**Source data:**

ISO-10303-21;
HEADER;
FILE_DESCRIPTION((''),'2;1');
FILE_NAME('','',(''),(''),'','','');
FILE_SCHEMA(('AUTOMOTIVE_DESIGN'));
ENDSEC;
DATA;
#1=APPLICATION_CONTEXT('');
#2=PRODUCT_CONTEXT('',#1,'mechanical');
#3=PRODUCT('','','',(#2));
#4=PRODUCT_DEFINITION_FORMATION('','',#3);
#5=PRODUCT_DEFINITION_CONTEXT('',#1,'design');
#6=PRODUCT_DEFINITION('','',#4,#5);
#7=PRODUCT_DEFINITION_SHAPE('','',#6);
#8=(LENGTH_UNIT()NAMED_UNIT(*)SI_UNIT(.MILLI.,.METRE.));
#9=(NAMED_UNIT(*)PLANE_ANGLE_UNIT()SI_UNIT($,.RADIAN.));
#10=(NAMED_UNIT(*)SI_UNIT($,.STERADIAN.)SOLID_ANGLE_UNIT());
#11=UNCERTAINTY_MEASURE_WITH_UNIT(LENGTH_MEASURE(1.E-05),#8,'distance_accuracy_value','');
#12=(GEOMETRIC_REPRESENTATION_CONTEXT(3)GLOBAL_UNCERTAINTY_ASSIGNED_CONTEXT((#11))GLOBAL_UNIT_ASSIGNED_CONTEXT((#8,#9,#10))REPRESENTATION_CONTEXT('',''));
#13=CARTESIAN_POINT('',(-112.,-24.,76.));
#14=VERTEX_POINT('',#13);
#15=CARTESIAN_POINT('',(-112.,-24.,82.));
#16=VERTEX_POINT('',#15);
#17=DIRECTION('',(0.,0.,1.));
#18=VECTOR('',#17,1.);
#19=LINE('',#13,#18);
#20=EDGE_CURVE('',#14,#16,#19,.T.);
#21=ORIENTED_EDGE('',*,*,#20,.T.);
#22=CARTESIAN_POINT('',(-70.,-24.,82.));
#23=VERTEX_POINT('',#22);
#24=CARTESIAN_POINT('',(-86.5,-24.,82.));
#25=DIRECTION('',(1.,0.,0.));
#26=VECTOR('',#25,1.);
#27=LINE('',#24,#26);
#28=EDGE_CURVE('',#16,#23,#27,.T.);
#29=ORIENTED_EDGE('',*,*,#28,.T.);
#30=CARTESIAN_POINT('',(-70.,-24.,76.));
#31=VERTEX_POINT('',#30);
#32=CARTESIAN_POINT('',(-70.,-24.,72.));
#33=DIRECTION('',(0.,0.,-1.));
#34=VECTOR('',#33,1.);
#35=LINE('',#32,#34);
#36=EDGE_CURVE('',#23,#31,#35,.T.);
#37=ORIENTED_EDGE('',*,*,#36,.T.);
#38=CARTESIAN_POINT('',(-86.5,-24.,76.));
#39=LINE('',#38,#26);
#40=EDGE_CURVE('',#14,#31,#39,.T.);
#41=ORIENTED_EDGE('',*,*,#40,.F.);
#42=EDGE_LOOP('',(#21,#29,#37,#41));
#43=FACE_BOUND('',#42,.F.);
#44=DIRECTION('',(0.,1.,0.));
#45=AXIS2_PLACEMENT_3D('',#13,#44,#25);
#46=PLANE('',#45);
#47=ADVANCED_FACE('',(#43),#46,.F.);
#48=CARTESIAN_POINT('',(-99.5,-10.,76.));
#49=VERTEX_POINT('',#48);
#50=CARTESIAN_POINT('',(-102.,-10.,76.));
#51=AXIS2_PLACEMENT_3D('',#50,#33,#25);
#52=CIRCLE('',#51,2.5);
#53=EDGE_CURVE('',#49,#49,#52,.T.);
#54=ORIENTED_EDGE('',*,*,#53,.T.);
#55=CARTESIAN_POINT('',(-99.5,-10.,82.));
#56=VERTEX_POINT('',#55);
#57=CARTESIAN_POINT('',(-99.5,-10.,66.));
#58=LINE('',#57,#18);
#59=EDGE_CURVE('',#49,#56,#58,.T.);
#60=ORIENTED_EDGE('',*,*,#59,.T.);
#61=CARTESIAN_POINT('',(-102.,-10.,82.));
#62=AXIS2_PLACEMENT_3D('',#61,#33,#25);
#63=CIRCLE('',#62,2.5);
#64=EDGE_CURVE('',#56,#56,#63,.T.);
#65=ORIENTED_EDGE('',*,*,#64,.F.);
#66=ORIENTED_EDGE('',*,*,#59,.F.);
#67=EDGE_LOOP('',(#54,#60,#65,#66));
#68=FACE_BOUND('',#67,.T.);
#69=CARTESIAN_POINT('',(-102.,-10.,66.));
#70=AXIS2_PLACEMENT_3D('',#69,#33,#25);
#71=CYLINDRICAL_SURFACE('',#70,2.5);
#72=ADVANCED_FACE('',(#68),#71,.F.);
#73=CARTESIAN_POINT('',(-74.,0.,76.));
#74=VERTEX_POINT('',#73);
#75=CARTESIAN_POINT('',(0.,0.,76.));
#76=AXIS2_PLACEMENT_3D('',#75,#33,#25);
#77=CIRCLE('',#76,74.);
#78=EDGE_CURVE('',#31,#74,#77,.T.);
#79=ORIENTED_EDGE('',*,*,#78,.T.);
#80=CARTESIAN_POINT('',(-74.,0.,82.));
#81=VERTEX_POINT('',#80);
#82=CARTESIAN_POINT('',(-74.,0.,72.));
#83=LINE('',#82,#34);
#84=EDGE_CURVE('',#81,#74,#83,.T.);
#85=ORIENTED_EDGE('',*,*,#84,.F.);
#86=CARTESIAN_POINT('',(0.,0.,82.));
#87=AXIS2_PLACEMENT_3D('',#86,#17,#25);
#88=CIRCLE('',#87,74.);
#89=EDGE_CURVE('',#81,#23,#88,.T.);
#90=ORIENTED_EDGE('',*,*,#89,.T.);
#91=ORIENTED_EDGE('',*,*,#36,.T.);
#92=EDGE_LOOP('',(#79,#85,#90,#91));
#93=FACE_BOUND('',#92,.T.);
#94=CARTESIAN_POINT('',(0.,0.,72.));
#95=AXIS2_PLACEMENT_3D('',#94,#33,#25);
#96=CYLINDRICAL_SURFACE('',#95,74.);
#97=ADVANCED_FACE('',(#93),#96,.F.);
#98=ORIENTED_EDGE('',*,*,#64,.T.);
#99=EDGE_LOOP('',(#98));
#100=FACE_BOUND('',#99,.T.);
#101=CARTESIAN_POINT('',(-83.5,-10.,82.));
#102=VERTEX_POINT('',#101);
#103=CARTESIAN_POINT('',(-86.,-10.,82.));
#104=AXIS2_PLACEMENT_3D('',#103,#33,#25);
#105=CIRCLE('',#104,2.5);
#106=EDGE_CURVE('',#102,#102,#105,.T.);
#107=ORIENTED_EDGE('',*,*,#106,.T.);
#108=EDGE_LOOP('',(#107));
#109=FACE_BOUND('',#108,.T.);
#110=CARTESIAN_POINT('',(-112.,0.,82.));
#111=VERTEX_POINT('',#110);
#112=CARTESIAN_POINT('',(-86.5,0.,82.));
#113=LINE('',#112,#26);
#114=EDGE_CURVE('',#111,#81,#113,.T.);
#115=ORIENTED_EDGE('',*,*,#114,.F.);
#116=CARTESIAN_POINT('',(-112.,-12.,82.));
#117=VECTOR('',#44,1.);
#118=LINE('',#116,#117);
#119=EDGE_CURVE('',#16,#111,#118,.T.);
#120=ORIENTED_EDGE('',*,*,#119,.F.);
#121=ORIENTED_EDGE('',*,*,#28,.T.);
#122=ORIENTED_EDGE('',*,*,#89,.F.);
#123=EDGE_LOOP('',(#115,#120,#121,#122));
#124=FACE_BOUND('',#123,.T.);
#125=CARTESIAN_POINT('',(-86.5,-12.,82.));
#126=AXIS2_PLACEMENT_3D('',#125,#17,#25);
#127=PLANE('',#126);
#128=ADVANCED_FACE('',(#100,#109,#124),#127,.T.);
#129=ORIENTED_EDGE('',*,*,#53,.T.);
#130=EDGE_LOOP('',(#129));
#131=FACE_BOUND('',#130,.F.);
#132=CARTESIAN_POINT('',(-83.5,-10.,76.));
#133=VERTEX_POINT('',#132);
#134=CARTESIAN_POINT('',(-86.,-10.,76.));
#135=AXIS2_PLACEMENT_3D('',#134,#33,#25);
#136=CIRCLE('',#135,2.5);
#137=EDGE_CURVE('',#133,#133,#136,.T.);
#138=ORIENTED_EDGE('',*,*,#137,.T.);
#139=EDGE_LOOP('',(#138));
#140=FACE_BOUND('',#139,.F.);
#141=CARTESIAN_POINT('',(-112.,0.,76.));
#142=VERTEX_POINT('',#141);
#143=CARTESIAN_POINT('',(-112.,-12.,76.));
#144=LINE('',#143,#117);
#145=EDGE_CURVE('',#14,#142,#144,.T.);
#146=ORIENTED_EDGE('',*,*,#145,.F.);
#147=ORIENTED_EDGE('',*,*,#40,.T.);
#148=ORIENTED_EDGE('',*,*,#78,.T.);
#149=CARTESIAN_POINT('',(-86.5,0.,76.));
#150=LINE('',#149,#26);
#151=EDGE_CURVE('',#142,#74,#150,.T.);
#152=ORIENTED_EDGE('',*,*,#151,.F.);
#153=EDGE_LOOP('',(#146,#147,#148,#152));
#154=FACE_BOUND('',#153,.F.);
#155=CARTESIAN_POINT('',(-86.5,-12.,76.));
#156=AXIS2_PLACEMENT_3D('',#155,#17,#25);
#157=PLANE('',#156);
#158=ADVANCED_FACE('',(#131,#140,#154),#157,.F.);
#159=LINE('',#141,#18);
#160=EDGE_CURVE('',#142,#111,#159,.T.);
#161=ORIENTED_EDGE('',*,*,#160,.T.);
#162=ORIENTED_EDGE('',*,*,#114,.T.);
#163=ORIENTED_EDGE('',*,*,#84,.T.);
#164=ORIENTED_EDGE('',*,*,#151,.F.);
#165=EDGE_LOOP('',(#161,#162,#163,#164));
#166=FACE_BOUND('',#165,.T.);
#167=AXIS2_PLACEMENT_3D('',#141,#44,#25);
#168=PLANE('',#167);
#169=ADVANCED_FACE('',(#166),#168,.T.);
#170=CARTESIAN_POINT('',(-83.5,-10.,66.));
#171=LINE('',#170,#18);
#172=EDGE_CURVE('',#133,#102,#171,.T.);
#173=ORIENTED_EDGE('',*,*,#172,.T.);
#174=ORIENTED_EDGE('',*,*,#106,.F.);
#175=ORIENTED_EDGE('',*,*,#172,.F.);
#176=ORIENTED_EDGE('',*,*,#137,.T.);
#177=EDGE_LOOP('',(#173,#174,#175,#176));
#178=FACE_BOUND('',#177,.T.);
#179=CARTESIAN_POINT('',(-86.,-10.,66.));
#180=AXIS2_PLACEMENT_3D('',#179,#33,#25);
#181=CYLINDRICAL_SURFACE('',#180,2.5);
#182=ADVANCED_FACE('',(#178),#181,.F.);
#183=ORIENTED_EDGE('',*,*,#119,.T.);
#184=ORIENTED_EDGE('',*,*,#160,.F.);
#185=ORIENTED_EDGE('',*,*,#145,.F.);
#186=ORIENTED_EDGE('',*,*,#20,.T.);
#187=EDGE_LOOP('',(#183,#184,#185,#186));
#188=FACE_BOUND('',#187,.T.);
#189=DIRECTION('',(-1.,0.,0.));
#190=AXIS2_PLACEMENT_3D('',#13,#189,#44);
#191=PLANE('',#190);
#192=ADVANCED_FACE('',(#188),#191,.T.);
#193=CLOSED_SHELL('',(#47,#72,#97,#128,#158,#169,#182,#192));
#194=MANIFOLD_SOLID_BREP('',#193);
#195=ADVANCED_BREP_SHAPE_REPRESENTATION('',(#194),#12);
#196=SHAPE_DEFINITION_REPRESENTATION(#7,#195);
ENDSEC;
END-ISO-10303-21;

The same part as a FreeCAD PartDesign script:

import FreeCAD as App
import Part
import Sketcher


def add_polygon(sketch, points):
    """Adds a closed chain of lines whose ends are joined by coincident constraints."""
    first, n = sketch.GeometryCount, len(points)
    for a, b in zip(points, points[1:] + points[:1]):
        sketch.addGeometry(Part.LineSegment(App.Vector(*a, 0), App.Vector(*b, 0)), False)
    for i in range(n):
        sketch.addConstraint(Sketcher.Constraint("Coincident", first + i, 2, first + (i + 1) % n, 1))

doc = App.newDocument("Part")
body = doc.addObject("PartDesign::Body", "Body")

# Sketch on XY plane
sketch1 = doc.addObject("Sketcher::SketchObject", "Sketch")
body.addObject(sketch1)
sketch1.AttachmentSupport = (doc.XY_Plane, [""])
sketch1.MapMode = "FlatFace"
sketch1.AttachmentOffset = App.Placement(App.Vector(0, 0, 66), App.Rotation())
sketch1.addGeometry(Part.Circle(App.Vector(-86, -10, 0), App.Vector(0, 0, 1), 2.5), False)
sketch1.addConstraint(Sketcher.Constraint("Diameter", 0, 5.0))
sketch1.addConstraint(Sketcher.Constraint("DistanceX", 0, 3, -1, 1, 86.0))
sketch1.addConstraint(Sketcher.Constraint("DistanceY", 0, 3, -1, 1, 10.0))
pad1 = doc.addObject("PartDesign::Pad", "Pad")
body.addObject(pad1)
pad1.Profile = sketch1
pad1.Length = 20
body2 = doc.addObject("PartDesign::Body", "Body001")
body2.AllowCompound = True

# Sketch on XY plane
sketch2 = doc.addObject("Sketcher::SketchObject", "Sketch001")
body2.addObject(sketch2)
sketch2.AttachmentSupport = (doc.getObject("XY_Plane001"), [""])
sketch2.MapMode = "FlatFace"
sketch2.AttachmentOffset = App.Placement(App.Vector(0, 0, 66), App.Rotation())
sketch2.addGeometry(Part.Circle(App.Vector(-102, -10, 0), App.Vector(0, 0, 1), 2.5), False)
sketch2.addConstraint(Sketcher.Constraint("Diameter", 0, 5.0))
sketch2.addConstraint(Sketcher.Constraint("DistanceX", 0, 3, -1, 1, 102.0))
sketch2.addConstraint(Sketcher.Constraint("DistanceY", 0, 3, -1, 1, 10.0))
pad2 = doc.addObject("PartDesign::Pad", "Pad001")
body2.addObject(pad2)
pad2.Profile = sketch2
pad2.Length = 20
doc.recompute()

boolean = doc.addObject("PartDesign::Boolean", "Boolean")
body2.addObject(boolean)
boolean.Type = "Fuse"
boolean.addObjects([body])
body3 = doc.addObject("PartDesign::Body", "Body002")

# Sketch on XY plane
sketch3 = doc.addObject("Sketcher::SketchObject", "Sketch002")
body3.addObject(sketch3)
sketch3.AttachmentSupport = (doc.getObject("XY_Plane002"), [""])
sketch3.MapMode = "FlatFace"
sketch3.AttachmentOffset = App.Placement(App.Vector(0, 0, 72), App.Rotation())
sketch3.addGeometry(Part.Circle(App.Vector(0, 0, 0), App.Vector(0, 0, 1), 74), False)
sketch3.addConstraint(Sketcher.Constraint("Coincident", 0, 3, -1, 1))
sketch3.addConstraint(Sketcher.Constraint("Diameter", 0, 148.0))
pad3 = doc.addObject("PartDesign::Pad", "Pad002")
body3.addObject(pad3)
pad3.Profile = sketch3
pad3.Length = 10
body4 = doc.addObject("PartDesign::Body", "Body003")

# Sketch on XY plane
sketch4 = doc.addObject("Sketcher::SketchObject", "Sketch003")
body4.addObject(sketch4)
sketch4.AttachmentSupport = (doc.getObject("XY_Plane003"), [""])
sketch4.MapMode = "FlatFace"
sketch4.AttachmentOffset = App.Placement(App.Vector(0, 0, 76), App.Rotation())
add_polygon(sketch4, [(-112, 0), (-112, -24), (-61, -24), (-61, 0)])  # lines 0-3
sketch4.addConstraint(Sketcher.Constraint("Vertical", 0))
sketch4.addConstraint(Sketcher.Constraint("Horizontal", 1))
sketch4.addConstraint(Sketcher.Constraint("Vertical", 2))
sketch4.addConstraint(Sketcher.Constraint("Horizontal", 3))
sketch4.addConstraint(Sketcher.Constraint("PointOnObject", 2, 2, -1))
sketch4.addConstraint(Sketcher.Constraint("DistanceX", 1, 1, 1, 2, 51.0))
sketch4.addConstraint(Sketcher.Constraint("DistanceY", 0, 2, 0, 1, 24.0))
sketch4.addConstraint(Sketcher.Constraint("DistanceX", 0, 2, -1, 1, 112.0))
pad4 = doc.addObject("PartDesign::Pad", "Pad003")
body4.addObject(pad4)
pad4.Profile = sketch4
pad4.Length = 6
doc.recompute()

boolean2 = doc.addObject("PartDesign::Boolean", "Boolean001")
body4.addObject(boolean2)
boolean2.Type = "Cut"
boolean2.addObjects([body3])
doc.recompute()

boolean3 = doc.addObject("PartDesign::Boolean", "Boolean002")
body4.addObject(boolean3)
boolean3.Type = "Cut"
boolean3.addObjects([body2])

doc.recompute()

**Work request:** Restate word for word only the lines above from the line containing "#159=LINE('',#141,#18);" to the line containing "The same part", both of them included.

**Exercise solution:**
#159=LINE('',#141,#18);
#160=EDGE_CURVE('',#142,#111,#159,.T.);
#161=ORIENTED_EDGE('',*,*,#160,.T.);
#162=ORIENTED_EDGE('',*,*,#114,.T.);
#163=ORIENTED_EDGE('',*,*,#84,.T.);
#164=ORIENTED_EDGE('',*,*,#151,.F.);
#165=EDGE_LOOP('',(#161,#162,#163,#164));
#166=FACE_BOUND('',#165,.T.);
#167=AXIS2_PLACEMENT_3D('',#141,#44,#25);
#168=PLANE('',#167);
#169=ADVANCED_FACE('',(#166),#168,.T.);
#170=CARTESIAN_POINT('',(-83.5,-10.,66.));
#171=LINE('',#170,#18);
#172=EDGE_CURVE('',#133,#102,#171,.T.);
#173=ORIENTED_EDGE('',*,*,#172,.T.);
#174=ORIENTED_EDGE('',*,*,#106,.F.);
#175=ORIENTED_EDGE('',*,*,#172,.F.);
#176=ORIENTED_EDGE('',*,*,#137,.T.);
#177=EDGE_LOOP('',(#173,#174,#175,#176));
#178=FACE_BOUND('',#177,.T.);
#179=CARTESIAN_POINT('',(-86.,-10.,66.));
#180=AXIS2_PLACEMENT_3D('',#179,#33,#25);
#181=CYLINDRICAL_SURFACE('',#180,2.5);
#182=ADVANCED_FACE('',(#178),#181,.F.);
#183=ORIENTED_EDGE('',*,*,#119,.T.);
#184=ORIENTED_EDGE('',*,*,#160,.F.);
#185=ORIENTED_EDGE('',*,*,#145,.F.);
#186=ORIENTED_EDGE('',*,*,#20,.T.);
#187=EDGE_LOOP('',(#183,#184,#185,#186));
#188=FACE_BOUND('',#187,.T.);
#189=DIRECTION('',(-1.,0.,0.));
#190=AXIS2_PLACEMENT_3D('',#13,#189,#44);
#191=PLANE('',#190);
#192=ADVANCED_FACE('',(#188),#191,.T.);
#193=CLOSED_SHELL('',(#47,#72,#97,#128,#158,#169,#182,#192));
#194=MANIFOLD_SOLID_BREP('',#193);
#195=ADVANCED_BREP_SHAPE_REPRESENTATION('',(#194),#12);
#196=SHAPE_DEFINITION_REPRESENTATION(#7,#195);
ENDSEC;
END-ISO-10303-21;

The same part as a FreeCAD PartDesign script:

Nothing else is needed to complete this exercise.